Test drive 2004 ar230, runs great, started up multiple times, no hesitation at wot, 10k+ rpm at wot. Decide against doing a compression test. Engines look super clean, no rust, no pits at all on the zinc, probably never been in salt.

Come back the next weekend and buy the boat (200 miles away). Take it to the river. Starts fine, runs great. Day two at the launch ramp I can't get the port engine started. I jiggle the lanyard, cycle the clean out switches, with no luck. I pull the air filter and it starts, put it back on and it won't start. Take it off and it runs great all day. I forgot to blow the water out, so I try to start it the next day and it struggles but I eventually get it running.

I discover the key switch has the yellow / red wire broken and think, easy fix. More testing shows that that wire doesn't do anything, and it starts multiple times over the next couple days.

Pull the plugs and they look fine, a little rich maybe on a couple, but pretty good. Run compression with the lanyard off, throttle button in, wot until max reading.
1 = 195, 195
2 = 100, 100, 100w, 100w
3 = 165, 165
4 = 205, 205

Seems to be valve related. What's the cost to take it in vs diy? Any chance an oil change and some hard driving might loosen thing up? (Yeah LONG shot, but I've "fixed" a transmission like that!) Could I eek out a season in this condition, or will I end up with total destruction?

I'm pretty mechanical, been dyno / email tuning efi Ford's since 2005 as a side business, installed superchargers, intake manifold replacements, brakes, axles, lift kits, etc, but I've never had the heads off anything yet.

This is not what I was hoping for with a new boat! Check compression before you buy anything! I'm kicking myself for not spending a couple hours doing a more thorough check.
 
That's a bummer @Jgorm. I'm wondering if the previous owner knew about this before he sold it. If he had a Yamaha dealer near him you could call them to see if they looked this boat over before you bought it.

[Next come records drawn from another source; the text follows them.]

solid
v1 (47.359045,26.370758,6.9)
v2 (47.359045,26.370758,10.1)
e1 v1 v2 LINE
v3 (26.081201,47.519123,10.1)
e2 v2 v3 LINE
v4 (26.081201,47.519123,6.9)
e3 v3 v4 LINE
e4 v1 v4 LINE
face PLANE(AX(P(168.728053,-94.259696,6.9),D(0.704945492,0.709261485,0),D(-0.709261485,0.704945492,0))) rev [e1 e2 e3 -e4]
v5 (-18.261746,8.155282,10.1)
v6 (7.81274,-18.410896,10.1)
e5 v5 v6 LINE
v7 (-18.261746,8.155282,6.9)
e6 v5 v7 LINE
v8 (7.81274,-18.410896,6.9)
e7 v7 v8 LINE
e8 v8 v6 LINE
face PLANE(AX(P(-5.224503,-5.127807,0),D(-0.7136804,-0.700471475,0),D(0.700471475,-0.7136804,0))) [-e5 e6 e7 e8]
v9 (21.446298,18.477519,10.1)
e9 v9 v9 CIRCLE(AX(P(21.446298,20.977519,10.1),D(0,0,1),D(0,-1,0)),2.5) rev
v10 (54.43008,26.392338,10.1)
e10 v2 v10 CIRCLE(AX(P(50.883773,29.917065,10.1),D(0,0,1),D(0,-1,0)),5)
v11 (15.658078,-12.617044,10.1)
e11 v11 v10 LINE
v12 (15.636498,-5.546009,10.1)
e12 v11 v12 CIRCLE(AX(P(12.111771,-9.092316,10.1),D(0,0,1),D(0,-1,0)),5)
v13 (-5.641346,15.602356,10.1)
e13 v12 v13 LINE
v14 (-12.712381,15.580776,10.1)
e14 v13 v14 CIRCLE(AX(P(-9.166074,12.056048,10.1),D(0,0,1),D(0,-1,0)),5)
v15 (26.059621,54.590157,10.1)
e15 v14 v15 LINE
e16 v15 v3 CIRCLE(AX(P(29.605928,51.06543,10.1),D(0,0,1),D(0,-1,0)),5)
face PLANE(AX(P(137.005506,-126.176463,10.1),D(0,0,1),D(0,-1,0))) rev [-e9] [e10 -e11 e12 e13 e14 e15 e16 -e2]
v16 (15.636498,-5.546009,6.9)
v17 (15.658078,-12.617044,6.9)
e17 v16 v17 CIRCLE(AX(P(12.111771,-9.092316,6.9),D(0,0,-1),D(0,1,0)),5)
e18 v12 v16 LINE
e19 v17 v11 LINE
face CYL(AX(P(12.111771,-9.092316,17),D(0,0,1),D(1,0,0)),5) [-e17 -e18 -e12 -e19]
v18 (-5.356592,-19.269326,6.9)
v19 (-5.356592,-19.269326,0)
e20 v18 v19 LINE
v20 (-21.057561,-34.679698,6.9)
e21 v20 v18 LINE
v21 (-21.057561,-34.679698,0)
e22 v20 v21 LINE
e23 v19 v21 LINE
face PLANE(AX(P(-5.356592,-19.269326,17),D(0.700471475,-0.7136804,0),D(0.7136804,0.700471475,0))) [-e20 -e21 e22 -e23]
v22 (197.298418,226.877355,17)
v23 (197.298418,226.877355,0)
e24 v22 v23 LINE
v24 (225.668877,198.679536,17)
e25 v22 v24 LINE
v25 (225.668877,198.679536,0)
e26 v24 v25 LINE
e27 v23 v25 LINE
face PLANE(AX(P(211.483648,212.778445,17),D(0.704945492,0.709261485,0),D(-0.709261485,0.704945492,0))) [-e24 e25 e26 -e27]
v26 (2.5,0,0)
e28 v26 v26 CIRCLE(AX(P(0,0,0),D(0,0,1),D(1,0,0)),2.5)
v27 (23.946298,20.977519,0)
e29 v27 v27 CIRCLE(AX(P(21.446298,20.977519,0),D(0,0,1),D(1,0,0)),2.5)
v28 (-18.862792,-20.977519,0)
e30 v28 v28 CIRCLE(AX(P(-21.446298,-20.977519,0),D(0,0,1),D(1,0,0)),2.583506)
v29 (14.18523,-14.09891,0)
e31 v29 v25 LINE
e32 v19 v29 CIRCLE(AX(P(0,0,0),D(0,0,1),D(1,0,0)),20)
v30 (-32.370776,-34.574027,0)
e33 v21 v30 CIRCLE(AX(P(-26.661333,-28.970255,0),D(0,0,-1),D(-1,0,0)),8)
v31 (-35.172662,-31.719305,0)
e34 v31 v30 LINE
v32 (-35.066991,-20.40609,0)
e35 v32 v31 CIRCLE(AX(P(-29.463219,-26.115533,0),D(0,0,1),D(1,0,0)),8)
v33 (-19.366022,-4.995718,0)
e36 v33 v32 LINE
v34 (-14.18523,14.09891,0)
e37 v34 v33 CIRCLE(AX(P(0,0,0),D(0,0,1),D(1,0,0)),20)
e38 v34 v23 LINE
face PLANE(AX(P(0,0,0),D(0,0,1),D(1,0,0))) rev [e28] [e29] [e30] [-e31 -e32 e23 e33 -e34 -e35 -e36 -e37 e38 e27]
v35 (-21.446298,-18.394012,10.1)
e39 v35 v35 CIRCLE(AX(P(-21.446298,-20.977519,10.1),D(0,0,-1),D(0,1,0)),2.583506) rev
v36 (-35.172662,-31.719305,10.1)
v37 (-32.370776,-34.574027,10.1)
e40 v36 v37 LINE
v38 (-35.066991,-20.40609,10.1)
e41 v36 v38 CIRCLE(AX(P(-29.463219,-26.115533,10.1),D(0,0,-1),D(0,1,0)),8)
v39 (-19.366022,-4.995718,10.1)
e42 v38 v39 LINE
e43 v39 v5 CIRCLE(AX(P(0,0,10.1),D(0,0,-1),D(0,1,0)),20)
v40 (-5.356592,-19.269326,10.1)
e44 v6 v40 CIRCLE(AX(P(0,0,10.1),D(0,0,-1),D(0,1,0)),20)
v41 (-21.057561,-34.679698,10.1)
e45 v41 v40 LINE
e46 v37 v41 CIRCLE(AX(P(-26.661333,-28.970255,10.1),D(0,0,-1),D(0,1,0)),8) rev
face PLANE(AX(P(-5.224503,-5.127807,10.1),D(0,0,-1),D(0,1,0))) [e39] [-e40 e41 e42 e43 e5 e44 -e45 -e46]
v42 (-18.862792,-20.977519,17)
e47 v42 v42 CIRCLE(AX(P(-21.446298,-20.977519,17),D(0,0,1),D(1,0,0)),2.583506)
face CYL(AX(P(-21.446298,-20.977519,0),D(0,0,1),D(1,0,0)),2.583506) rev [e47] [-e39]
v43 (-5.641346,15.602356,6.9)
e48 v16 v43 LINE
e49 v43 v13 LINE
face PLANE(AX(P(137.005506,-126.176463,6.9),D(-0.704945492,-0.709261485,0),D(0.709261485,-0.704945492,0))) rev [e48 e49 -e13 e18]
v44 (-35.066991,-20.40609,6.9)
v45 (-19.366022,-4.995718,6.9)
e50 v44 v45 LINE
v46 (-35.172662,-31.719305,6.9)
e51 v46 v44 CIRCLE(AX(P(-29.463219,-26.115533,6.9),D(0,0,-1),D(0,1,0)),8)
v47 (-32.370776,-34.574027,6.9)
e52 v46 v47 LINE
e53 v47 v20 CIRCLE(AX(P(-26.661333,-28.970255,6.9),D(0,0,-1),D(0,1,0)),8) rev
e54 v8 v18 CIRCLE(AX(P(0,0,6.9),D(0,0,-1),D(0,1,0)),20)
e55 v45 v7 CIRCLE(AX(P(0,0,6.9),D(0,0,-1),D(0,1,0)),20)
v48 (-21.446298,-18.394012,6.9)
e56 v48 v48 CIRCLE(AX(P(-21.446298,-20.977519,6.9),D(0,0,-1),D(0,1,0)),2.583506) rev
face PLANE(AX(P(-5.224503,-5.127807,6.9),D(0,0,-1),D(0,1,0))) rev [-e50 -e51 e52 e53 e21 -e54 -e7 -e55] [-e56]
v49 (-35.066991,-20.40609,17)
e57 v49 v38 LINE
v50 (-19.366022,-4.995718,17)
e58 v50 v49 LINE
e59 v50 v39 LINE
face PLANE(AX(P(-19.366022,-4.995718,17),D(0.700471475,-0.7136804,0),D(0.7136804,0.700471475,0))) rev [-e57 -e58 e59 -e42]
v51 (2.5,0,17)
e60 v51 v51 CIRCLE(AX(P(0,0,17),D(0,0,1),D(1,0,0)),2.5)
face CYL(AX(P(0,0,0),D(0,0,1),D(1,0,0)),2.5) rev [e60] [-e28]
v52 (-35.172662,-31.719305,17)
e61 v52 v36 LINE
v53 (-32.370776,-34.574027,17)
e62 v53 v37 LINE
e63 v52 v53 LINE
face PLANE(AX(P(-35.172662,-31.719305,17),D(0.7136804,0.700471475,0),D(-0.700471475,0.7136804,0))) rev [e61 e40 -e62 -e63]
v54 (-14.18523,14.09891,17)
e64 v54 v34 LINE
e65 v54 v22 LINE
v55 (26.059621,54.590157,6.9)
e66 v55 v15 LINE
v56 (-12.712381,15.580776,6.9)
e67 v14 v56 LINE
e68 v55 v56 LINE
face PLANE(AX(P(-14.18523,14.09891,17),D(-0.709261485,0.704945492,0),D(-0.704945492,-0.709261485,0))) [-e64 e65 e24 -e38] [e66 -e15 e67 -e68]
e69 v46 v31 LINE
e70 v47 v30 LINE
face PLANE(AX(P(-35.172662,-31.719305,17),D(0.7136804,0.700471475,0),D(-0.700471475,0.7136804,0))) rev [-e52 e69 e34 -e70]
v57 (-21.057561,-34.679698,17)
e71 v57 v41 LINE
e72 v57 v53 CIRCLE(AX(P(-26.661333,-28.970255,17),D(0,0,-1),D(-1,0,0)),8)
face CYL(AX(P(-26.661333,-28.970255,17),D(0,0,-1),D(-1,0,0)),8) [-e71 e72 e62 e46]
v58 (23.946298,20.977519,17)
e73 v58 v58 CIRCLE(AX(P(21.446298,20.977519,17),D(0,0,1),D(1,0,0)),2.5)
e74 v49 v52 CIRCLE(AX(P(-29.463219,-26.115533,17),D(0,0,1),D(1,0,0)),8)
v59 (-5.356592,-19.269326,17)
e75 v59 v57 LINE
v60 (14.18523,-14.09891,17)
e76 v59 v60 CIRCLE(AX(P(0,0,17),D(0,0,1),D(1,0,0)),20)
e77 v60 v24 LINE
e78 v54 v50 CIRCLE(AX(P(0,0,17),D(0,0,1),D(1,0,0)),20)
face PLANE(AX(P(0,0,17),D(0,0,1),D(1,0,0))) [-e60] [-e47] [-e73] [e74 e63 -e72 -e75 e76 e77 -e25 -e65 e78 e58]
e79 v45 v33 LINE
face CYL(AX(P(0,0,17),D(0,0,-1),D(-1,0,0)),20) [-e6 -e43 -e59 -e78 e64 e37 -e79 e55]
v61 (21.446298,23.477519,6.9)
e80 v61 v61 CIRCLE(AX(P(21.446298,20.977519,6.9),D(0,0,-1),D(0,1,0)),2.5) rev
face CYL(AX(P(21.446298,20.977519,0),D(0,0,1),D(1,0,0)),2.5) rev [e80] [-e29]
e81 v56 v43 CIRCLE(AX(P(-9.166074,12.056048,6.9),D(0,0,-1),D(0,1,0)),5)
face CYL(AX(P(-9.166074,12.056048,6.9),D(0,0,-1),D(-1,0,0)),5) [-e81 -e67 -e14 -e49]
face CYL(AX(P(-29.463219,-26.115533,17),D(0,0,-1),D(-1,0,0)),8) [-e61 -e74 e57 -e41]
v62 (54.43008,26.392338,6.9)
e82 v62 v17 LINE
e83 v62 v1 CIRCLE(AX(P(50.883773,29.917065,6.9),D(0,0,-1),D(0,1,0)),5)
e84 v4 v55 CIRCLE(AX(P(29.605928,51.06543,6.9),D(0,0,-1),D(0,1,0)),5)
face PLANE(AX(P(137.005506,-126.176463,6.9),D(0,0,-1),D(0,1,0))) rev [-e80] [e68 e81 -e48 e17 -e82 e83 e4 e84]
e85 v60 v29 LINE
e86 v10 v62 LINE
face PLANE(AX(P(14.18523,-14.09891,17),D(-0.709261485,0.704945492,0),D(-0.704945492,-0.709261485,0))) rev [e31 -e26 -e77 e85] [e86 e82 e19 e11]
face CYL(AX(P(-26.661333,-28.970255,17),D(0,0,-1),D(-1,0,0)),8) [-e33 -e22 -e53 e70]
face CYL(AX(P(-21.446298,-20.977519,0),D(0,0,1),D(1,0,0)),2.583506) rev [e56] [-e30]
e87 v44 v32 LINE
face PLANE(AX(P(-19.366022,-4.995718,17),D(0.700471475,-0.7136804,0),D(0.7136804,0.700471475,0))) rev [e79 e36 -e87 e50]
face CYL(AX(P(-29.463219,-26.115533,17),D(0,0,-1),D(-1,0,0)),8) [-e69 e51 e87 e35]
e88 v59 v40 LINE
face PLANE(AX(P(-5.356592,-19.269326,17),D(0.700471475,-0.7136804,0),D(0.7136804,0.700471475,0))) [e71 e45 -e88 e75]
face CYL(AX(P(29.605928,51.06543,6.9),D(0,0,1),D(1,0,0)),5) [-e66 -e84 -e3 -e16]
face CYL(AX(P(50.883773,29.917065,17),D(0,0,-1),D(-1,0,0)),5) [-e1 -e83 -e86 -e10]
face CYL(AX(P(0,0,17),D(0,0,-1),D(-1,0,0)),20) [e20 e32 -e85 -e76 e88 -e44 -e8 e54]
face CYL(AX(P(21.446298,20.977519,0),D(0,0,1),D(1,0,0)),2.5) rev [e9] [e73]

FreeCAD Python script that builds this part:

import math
import FreeCAD as App
import Part
import Sketcher

V = App.Vector
Q = App.Units.Quantity


def edges_at(feature, points):
    """Names of the edges that pass closest to the given points."""
    edges = feature.Shape.Edges
    near = lambda p: min(range(len(edges)), key=lambda i: edges[i].distToShape(Part.Vertex(*p))[0])
    return sorted({f"Edge{near(p) + 1}" for p in points})

doc = App.newDocument("Part")
body = doc.addObject("PartDesign::Body", "Body")

# Sketch on XY plane
sketch1 = doc.addObject("Sketcher::SketchObject", "Sketch")
body.addObject(sketch1)
sketch1.AttachmentSupport = (doc.XY_Plane, [""])
sketch1.MapMode = "FlatFace"
sketch1.addGeometry([
    Part.LineSegment(V(14.2, -14.1, 0), V(225.7, 198.7, 0)),  # 0
    Part.LineSegment(V(225.7, 198.7, 0), V(197.3, 226.9, 0)),  # 1
    Part.LineSegment(V(197.3, 226.9, 0), V(-14.2, 14.1, 0)),  # 2
    Part.ArcOfCircle(Part.Circle(V(0, 0, 0), V(0, 0, 1), 20), math.radians(135), math.radians(194)),  # 3
    Part.LineSegment(V(-19.4, -5, 0), V(-35.1, -20.4, 0)),  # 4
    Part.ArcOfCircle(Part.Circle(V(-29.5, -26.1, 0), V(0, 0, 1), 8), math.radians(134), math.radians(224)),  # 5
    Part.LineSegment(V(-35.2, -31.7, 0), V(-32.4, -34.6, 0)),  # 6
    Part.ArcOfCircle(Part.Circle(V(-26.7, -29, 0), V(0, 0, 1), 8), math.radians(-136), math.radians(-46)),  # 7
    Part.LineSegment(V(-21.1, -34.7, 0), V(-5.4, -19.3, 0)),  # 8
    Part.ArcOfCircle(Part.Circle(V(0, 0, 0), V(0, 0, 1), 20), math.radians(-106), math.radians(-45)),  # 9
], False)
sketch1.addConstraint([
    Sketcher.Constraint("Coincident", 0, 2, 1, 1),
    Sketcher.Constraint("Coincident", 1, 2, 2, 1),
    Sketcher.Constraint("Tangent", 2, 2, 3, 1),
    Sketcher.Constraint("Coincident", 3, 2, 4, 1),
    Sketcher.Constraint("Tangent", 4, 2, 5, 1),
    Sketcher.Constraint("Tangent", 5, 2, 6, 1),
    Sketcher.Constraint("Tangent", 6, 2, 7, 1),
    Sketcher.Constraint("Tangent", 7, 2, 8, 1),
    Sketcher.Constraint("Coincident", 8, 2, 9, 1),
    Sketcher.Constraint("Tangent", 9, 2, 0, 1),
    Sketcher.Constraint("Coincident", 3, 3, -1, 1),
    Sketcher.Constraint("Coincident", 9, 3, -1, 1),
    Sketcher.Constraint("Equal", 5, 7),
    Sketcher.Constraint("Equal", 3, 9),
    Sketcher.Constraint("Perpendicular", 0, 1),
    Sketcher.Constraint("Perpendicular", 1, 2),
    Sketcher.Constraint("Perpendicular", 4, 6),
    Sketcher.Constraint("Perpendicular", 6, 8),
    Sketcher.Constraint("Equal", 4, 8),
    Sketcher.Constraint("Radius", 3, Q("20 mm")),
    Sketcher.Constraint("Radius", 5, Q("8 mm")),
    Sketcher.Constraint("Distance", 0, Q("300 mm")),
    Sketcher.Constraint("Distance", 4, Q("22 mm")),
    Sketcher.Constraint("Distance", 6, Q("4 mm")),
    Sketcher.Constraint("DistanceY", 4, 2, 2, 2, Q("34.505 mm")),
    Sketcher.Constraint("DistanceY", 7, 2, -1, 1, Q("34.679698 mm")),
])
pad1 = doc.addObject("PartDesign::Pad", "Pad")
body.addObject(pad1)
pad1.Profile = sketch1
pad1.Length = 17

If you are sure it's a stuck valve pulling the head would be easier and cheaper than pulling the engine. You could either do the repair yourself or bring/send the head out for repair. Make sure you get a repair manual for the correct specs.
 
Get yourself a service manual and it should walk you through it. I haven't touched a Yamaha, but I've been through this process before (ironically enough) on a 4v ford engine (I tune my own 03 cobra) Basically, turn the crankshaft to the "safe space" and start in bolting things.

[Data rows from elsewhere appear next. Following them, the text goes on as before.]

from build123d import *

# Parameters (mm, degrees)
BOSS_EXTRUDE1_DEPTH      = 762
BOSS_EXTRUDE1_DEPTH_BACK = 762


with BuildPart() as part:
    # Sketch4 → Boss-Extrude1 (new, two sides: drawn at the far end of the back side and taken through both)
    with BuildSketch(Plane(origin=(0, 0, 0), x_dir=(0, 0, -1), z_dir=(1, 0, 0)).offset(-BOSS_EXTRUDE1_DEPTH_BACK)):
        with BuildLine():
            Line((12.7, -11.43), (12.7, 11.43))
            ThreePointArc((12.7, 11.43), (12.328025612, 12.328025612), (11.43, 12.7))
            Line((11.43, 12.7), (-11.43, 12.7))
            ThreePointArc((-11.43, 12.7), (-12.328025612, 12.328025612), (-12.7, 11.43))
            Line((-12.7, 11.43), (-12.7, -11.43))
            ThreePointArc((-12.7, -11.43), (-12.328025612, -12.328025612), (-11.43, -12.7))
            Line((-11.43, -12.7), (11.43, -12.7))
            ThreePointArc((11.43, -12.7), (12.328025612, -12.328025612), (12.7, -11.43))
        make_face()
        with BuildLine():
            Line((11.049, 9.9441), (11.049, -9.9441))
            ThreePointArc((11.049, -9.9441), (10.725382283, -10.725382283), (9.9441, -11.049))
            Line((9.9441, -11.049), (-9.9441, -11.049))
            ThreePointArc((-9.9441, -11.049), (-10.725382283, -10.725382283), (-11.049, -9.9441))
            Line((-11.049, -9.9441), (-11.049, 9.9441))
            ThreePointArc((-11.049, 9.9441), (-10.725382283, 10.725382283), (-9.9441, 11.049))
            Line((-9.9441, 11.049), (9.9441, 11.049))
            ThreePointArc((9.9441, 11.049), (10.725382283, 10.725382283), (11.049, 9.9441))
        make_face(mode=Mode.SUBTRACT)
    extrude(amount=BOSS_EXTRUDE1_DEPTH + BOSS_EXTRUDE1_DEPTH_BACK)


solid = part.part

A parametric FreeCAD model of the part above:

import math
import FreeCAD as App
import Part
import Sketcher
Q = App.Units.Quantity

doc = App.newDocument("Part")
body = doc.addObject("PartDesign::Body", "Body")

# Sketch on YZ plane
sketch1 = body.newObject("Sketcher::SketchObject", "Sketch")
sketch1.AttachmentSupport = (doc.getObject("YZ_Plane"), [""])
sketch1.MapMode = "FlatFace"
sketch1.addGeometry([
    Part.LineSegment(App.Vector(-11.4, -12.7, 0), App.Vector(11.4, -12.7, 0)),  # 0
    Part.ArcOfCircle(Part.Circle(App.Vector(11.4, -11.4, 0), App.Vector(0, 0, 1), 1.3), math.radians(-90), math.radians(0)),  # 1
    Part.LineSegment(App.Vector(12.7, -11.4, 0), App.Vector(12.7, 11.4, 0)),  # 2
    Part.ArcOfCircle(Part.Circle(App.Vector(11.4, 11.4, 0), App.Vector(0, 0, 1), 1.3), math.radians(0), math.radians(90)),  # 3
    Part.LineSegment(App.Vector(11.4, 12.7, 0), App.Vector(-11.4, 12.7, 0)),  # 4
    Part.ArcOfCircle(Part.Circle(App.Vector(-11.4, 11.4, 0), App.Vector(0, 0, 1), 1.3), math.radians(90), math.radians(180)),  # 5
    Part.LineSegment(App.Vector(-12.7, 11.4, 0), App.Vector(-12.7, -11.4, 0)),  # 6
    Part.ArcOfCircle(Part.Circle(App.Vector(-11.4, -11.4, 0), App.Vector(0, 0, 1), 1.3), math.radians(180), math.radians(270)),  # 7
    Part.ArcOfCircle(Part.Circle(App.Vector(9.9, -9.9, 0), App.Vector(0, 0, 1), 1.1), math.radians(-90), math.radians(0)),  # 8
    Part.LineSegment(App.Vector(9.9, -11, 0), App.Vector(-9.9, -11, 0)),  # 9
    Part.ArcOfCircle(Part.Circle(App.Vector(-9.9, -9.9, 0), App.Vector(0, 0, 1), 1.1), math.radians(180), math.radians(270)),  # 10
    Part.LineSegment(App.Vector(-11, -9.9, 0), App.Vector(-11, 9.9, 0)),  # 11
    Part.ArcOfCircle(Part.Circle(App.Vector(-9.9, 9.9, 0), App.Vector(0, 0, 1), 1.1), math.radians(90), math.radians(180)),  # 12
    Part.LineSegment(App.Vector(-9.9, 11, 0), App.Vector(9.9, 11, 0)),  # 13
    Part.ArcOfCircle(Part.Circle(App.Vector(9.9, 9.9, 0), App.Vector(0, 0, 1), 1.1), math.radians(0), math.radians(90)),  # 14
    Part.LineSegment(App.Vector(11, 9.9, 0), App.Vector(11, -9.9, 0)),  # 15
], False)
sketch1.addConstraint([
    Sketcher.Constraint("Tangent", 0, 2, 1, 1),
    Sketcher.Constraint("Tangent", 1, 2, 2, 1),
    Sketcher.Constraint("Tangent", 2, 2, 3, 1),
    Sketcher.Constraint("Tangent", 3, 2, 4, 1),
    Sketcher.Constraint("Tangent", 4, 2, 5, 1),
    Sketcher.Constraint("Tangent", 5, 2, 6, 1),
    Sketcher.Constraint("Tangent", 6, 2, 7, 1),
    Sketcher.Constraint("Tangent", 7, 2, 0, 1),
    Sketcher.Constraint("Tangent", 8, 1, 9, 1),
    Sketcher.Constraint("Tangent", 9, 2, 10, 2),
    Sketcher.Constraint("Tangent", 10, 1, 11, 1),
    Sketcher.Constraint("Tangent", 11, 2, 12, 2),
    Sketcher.Constraint("Tangent", 12, 1, 13, 1),
    Sketcher.Constraint("Tangent", 13, 2, 14, 2),
    Sketcher.Constraint("Tangent", 14, 1, 15, 1),
    Sketcher.Constraint("Tangent", 15, 2, 8, 2),
    Sketcher.Constraint("Horizontal", 0),
    Sketcher.Constraint("Vertical", 2),
    Sketcher.Constraint("Horizontal", 4),
    Sketcher.Constraint("Vertical", 6),
    Sketcher.Constraint("Horizontal", 9),
    Sketcher.Constraint("Vertical", 11),
    Sketcher.Constraint("Horizontal", 13),
    Sketcher.Constraint("Vertical", 15),
    Sketcher.Constraint("Equal", 1, 3),
    Sketcher.Constraint("Equal", 3, 5),
    Sketcher.Constraint("Equal", 5, 7),
    Sketcher.Constraint("Equal", 8, 10),
    Sketcher.Constraint("Equal", 10, 12),
    Sketcher.Constraint("Equal", 12, 14),
    Sketcher.Constraint("Symmetric", 1, 3, 5, 3, -1, 1),
    Sketcher.Constraint("Symmetric", 8, 3, 12, 3, -1, 1),
    Sketcher.Constraint("Equal", 4, 2),
    Sketcher.Constraint("Equal", 13, 11),
    Sketcher.Constraint("Radius", 1, Q("0.05 in")),
    Sketcher.Constraint("DistanceX", 0, 1, 0, 2, Q("0.9 in")),
    Sketcher.Constraint("Radius", 8, Q("0.0435 in")),
    Sketcher.Constraint("DistanceX", 9, 2, 9, 1, Q("0.783 in")),
])
pad1 = body.newObject("PartDesign::Pad", "Pad")
pad1.Profile = sketch1
pad1.Type = "TwoLengths"
pad1.Length = Q("30 in")
pad1.Length2 = Q("30 in")

doc.recompute()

However, before you dig in, pick up a leakdown tester. That'll help you identify where the air is escaping from.
 
Just curious as to what makes you think it is valve related usually two low readings in the center of the engine are head gasket or warped head, etc. check with @fairpilot he had something similar due to corrosion
 
Just curious as to what makes you think it is valve related usually two low readings in the center of the engine are head gasket or warped head, etc. check with @fairpilot he had something similar due to corrosion
Totally possible. I was not aware that gasket failure is more common than valve issues on these engines.
 
However, before you dig in, pick up a leakdown tester. That'll help you identify where the air is escaping from.
I have a leak down tester, but saw no point to bother when the heads gotta come off.

I got the yds finally. The starboard had no codes, but the port had a low oil, and overheat code, but they were a long time ago. 400hrs. I had the service manual printed and spiral bound. ($50) it doesn't seem too difficult. 20170107_151150.jpg 20170107_150721.jpg 20170107_150546.jpg 20170107_151336.jpg
 
@Jgorm sorry to hear about your issues. I'm still in the middle of repairing a boat with a stuck valve issue. I'm becoming an expert at pulling a Yamaha engine though ;). Pm me if you need any tips/pics. Btw, what area are you in? I'd be willing to help if your close.
 
I finally had some time to dig into it. Milkshake oil that is difficult to see on the dip stick. I recommend bringing a suction device to sample oil when buying a boat. I believe the po changed the oil prior to my purchase. Oh well lesson learned. I need to figure out how to rotate the engine so I can get it to tdc and remove the cams.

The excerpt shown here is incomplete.